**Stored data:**
* * * * *

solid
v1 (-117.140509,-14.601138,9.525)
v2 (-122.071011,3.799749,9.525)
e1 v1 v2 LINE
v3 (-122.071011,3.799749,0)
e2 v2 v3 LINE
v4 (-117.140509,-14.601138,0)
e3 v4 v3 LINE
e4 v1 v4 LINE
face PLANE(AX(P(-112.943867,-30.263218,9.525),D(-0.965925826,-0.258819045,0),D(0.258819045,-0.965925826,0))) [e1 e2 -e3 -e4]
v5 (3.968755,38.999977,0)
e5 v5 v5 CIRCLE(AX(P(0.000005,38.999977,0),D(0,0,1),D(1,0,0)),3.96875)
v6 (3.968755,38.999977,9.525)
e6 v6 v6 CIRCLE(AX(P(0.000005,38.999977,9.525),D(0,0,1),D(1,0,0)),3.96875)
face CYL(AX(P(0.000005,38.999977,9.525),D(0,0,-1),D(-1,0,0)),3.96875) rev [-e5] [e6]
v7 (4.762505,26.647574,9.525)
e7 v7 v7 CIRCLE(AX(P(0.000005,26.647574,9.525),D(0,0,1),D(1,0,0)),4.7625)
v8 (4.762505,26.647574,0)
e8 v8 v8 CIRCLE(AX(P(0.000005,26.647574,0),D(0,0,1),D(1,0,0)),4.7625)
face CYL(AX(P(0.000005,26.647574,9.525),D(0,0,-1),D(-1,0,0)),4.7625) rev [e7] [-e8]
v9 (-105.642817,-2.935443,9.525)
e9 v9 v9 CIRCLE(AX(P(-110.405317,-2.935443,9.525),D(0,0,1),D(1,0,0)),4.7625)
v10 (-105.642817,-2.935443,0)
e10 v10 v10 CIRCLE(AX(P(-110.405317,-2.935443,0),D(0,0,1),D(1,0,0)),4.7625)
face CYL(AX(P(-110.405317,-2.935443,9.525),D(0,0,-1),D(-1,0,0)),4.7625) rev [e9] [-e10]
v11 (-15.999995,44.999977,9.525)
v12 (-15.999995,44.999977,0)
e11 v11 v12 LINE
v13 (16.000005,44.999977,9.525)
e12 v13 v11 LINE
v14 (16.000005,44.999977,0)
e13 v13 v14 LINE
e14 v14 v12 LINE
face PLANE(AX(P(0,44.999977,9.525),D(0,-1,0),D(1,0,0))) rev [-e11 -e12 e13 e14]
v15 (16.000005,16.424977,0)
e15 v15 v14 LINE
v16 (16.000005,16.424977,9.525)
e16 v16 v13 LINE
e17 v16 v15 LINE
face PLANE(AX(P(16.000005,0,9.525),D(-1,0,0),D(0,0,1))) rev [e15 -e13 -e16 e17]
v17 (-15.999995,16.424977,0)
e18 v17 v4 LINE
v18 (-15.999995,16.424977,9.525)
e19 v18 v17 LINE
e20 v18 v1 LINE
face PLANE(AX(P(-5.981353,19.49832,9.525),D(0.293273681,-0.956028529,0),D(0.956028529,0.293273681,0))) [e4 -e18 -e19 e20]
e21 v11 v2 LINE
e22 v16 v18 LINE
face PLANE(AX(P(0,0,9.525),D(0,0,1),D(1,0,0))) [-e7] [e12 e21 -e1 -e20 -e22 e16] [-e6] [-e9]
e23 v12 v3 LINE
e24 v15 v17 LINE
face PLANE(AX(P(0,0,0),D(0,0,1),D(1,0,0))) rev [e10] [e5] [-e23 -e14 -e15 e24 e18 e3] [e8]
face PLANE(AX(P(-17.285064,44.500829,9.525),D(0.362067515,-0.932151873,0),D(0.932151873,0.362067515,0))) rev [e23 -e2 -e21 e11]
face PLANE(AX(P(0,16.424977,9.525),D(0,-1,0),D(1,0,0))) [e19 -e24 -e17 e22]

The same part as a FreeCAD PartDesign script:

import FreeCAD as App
import Part
import Sketcher
Q = App.Units.Quantity


def add_polygon(sketch, points):
    """Adds a closed chain of lines whose ends are joined by coincident constraints."""
    first, n = sketch.GeometryCount, len(points)
    for a, b in zip(points, points[1:] + points[:1]):
        sketch.addGeometry(Part.LineSegment(App.Vector(*a, 0), App.Vector(*b, 0)), False)
    for i in range(n):
        sketch.addConstraint(Sketcher.Constraint("Coincident", first + i, 2, first + (i + 1) % n, 1))

doc = App.newDocument("Part")
body = doc.addObject("PartDesign::Body", "Body")

# Sketch on XY plane
sketch1 = doc.addObject("Sketcher::SketchObject", "Sketch")
body.addObject(sketch1)
sketch1.AttachmentSupport = (doc.XY_Plane, [""])
sketch1.MapMode = "FlatFace"
add_polygon(sketch1, [(-16, 45), (-122.1, 3.8), (-117.1, -14.6), (-16, 16.4), (16, 16.4), (16, 45)])  # lines 0-5
sketch1.addGeometry(Part.Circle(App.Vector(-110.4, -2.9, 0), App.Vector(0, 0, 1), 4.8), False)  # 6
sketch1.addGeometry(Part.Circle(App.Vector(0, 26.6, 0), App.Vector(0, 0, 1), 4.8), False)  # 7
sketch1.addGeometry(Part.Circle(App.Vector(0, 39, 0), App.Vector(0, 0, 1), 4), False)  # 8
sketch1.addConstraint([
    Sketcher.Constraint("Horizontal", 3),
    Sketcher.Constraint("Vertical", 4),
    Sketcher.Constraint("Horizontal", 5),
    Sketcher.Constraint("Equal", 6, 7),
    Sketcher.Constraint("Vertical", 7, 3, 8, 3),
    Sketcher.Constraint("Vertical", 2, 2, 5, 2),
    Sketcher.Constraint("Diameter", 6, Q("0.375 in")),
    Sketcher.Constraint("Diameter", 8, Q("0.3125 in")),
    Sketcher.Constraint("Angle", 1, Q("-75 deg")),
    Sketcher.Constraint("Distance", 1, Q("0.75 in")),
    Sketcher.Constraint("DistanceY", 4, 1, 4, 2, Q("1.125 in")),
    Sketcher.Constraint("DistanceX", 3, 1, 3, 2, 32.0),
    Sketcher.Constraint("DistanceX", 2, 2, 7, 3, 16.0),
    Sketcher.Constraint("DistanceY", 2, 2, 8, 3, 22.575),
    Sketcher.Constraint("Distance", 0, 113.791561),
    Sketcher.Constraint("Distance", 2, 105.79236),
    Sketcher.Constraint("DistanceX", 0, 2, -1, 1, 122.071011),
    Sketcher.Constraint("DistanceY", -1, 1, 0, 2, 3.799749),
    Sketcher.Constraint("DistanceX", 6, 3, 7, 3, 110.405322),
    Sketcher.Constraint("DistanceY", 6, 3, 8, 3, 41.93542),
    Sketcher.Constraint("DistanceY", 1, 2, 7, 3, 41.248712),
])
pad1 = doc.addObject("PartDesign::Pad", "Pad")
body.addObject(pad1)
pad1.Profile = sketch1
pad1.Length = Q("0.375 in")

doc.recompute()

* * * * *

**TASK GOAL:** Above are the records; copy exactly the lines from the line with "v17 (-15.999995,16.424977,0)" through the line with "e23 v12 v3 LINE", both included.

**SOLUTION FOR THIS PROBLEM:**
v17 (-15.999995,16.424977,0)
e18 v17 v4 LINE
v18 (-15.999995,16.424977,9.525)
e19 v18 v17 LINE
e20 v18 v1 LINE
face PLANE(AX(P(-5.981353,19.49832,9.525),D(0.293273681,-0.956028529,0),D(0.956028529,0.293273681,0))) [e4 -e18 -e19 e20]
e21 v11 v2 LINE
e22 v16 v18 LINE
face PLANE(AX(P(0,0,9.525),D(0,0,1),D(1,0,0))) [-e7] [e12 e21 -e1 -e20 -e22 e16] [-e6] [-e9]
e23 v12 v3 LINE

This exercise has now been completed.